Syria is better known as an exporter of crude oil but is experiencing a shortage of domestic refining capacity. Reuters says international sanctions have stopped Syrian oil exports since September last year, drastically stretching government budget revenues.
Ahmedinijad of Iran, with Venezuelan friend

Quite a piece of work is this Chavez. Thick-and-thin buddy of Bashar al-Assad, special chum of Iran's Mahmoud Ahmadinejad (who visited Venezuela last month in his fifth trip to Latin America since 2005) and - even today - defender of the now-dead Libyan dictator Muammar Gaddafi.

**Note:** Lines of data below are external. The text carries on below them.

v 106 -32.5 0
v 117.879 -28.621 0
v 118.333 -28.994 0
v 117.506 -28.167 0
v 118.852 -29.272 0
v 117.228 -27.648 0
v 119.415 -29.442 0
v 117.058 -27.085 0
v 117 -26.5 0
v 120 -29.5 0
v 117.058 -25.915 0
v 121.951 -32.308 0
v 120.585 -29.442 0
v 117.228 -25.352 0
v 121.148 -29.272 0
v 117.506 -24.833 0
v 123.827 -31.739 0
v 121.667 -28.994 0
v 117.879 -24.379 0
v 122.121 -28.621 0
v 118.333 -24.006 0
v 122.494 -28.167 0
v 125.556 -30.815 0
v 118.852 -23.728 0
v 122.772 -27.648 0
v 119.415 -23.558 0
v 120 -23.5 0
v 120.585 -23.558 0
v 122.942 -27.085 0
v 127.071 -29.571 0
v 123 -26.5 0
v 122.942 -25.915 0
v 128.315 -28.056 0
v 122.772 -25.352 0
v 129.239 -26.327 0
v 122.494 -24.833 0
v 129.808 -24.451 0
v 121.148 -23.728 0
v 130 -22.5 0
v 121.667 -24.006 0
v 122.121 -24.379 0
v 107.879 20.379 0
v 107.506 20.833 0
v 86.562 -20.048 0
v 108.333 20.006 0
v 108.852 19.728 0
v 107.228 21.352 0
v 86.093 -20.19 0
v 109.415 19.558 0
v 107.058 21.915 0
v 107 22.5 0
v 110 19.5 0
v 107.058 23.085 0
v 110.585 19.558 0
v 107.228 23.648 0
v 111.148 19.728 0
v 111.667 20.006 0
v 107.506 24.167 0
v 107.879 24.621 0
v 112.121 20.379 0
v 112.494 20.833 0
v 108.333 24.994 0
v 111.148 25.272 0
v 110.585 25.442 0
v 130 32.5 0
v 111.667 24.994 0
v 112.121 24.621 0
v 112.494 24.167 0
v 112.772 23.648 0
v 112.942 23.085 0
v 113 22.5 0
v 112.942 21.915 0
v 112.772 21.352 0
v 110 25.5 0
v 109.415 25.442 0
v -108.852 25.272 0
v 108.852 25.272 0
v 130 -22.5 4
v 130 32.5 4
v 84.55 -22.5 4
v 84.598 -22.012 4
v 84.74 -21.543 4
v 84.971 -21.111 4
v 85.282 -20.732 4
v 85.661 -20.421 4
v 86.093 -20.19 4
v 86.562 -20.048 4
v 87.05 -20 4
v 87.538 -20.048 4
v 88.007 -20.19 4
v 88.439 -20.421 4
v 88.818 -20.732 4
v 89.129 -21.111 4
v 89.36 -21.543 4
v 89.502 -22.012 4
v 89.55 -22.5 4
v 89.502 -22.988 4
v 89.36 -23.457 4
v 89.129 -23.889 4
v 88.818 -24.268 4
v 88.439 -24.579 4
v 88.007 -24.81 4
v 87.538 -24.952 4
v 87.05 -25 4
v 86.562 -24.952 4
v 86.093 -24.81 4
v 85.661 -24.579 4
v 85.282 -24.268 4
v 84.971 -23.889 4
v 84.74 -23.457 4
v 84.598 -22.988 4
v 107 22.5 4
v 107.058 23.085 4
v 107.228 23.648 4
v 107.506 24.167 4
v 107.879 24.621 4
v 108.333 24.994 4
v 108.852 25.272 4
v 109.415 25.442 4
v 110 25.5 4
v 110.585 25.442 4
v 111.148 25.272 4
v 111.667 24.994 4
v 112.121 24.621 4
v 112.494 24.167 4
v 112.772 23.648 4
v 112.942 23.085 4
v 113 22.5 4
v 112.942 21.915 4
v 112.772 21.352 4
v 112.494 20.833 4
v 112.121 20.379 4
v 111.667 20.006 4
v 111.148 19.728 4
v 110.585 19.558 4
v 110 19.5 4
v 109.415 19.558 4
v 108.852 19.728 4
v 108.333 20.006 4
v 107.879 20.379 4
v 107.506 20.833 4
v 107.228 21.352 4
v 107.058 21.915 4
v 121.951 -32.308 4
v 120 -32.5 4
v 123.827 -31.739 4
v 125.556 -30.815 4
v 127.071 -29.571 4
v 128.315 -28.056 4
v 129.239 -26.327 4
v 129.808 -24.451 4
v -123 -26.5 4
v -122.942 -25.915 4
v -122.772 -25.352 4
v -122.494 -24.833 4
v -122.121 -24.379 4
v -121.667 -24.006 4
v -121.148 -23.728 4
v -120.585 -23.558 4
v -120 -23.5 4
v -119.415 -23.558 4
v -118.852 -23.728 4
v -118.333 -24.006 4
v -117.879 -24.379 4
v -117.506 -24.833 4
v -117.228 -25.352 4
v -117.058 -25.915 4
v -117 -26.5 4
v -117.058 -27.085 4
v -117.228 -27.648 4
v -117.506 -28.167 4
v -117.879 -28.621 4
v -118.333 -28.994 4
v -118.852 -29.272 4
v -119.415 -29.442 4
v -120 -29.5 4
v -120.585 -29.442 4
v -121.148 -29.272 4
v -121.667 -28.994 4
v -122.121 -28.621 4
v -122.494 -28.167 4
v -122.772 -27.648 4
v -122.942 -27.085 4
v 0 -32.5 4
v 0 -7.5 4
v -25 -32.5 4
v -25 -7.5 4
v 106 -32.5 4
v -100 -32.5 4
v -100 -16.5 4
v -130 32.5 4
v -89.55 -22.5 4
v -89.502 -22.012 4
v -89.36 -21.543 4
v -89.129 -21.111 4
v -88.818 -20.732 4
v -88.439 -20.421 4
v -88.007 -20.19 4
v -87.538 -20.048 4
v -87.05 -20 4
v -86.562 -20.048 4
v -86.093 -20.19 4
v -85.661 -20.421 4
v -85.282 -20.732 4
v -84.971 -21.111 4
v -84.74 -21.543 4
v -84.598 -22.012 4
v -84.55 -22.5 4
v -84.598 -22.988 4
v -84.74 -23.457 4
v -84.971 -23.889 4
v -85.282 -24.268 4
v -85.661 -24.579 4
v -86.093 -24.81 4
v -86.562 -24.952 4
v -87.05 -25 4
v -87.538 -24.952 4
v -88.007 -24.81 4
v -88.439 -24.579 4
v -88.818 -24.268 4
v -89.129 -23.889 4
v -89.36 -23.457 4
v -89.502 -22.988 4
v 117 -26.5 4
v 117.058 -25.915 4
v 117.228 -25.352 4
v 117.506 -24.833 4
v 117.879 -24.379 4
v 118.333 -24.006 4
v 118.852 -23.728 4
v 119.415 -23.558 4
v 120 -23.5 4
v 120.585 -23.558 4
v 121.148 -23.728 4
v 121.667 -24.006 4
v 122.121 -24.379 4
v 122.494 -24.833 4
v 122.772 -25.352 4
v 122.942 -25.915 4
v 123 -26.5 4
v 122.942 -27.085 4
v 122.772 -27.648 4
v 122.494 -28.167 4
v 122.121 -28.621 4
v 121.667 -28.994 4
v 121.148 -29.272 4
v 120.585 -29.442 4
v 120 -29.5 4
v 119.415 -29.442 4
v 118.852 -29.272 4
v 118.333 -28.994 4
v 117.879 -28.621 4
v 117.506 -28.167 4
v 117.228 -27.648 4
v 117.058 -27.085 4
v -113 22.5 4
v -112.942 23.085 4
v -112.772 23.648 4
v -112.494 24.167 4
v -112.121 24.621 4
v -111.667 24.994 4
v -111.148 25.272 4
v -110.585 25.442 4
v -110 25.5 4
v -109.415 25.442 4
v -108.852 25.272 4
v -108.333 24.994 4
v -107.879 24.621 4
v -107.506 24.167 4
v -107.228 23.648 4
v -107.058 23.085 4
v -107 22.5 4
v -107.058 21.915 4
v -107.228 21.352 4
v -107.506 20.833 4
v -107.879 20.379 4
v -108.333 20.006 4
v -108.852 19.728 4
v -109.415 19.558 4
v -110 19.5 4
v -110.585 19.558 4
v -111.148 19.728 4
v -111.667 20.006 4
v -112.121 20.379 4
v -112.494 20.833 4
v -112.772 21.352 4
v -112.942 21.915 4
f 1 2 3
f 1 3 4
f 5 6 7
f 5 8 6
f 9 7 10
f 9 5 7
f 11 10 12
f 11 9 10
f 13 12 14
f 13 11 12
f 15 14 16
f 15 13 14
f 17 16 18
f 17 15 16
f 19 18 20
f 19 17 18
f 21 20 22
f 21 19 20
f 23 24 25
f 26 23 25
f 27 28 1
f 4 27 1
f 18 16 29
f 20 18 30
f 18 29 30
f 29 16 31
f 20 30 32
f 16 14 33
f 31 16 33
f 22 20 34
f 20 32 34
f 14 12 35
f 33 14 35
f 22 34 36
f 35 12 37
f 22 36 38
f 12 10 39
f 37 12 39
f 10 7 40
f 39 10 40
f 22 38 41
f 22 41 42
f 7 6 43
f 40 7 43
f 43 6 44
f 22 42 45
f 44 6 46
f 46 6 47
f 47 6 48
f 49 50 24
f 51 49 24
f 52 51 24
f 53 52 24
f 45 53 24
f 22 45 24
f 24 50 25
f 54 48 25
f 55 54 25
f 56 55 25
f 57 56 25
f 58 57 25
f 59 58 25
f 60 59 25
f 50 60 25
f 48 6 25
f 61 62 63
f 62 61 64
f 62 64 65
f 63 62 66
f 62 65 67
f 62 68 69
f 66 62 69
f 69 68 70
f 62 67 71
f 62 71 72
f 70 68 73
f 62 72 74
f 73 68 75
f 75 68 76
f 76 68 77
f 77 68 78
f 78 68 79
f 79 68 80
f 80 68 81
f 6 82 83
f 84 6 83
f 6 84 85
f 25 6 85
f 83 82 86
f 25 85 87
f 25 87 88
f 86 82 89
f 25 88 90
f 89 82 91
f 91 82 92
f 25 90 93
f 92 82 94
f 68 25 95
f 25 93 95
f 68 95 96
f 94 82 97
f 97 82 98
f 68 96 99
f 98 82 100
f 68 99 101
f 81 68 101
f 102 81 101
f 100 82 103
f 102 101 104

Ask Chavez or his mother if the man is a terrorist and the answer will be an emphatic "no".  But there is much about which to worry in the man's deeds. US Senator Richard Luger laid out the concerns well in a newspaper op ed this week entitled "Growing risk posed by Iran-Venezuela axis".
The chances of Venezuela serving as Iran’s surrogate in the hemisphere through terrorism or other coordinated action are increased by its chaotic state of affairs. Venezuela is in the midst of a make-or-break election that will determine the survival of its democracy amid continuing doubts about President Chávez’s health and a welcomed show of will by its diverse opposition groups. Divisions in Venezuela’s Russian-armed military, an inflation rate over 30 percent, a dilapidated oil infrastructure, widespread food and energy shortages, and soaring crime rates are all putting heavy pressure on President Chávez.
The whole Luger piece is worth your time.

Now take into account that Chavez-dominated Venezuela supplies the US with about 10 percent of its current imports of crude oil and petroleum products. As the cynics like to say, what could go wrong?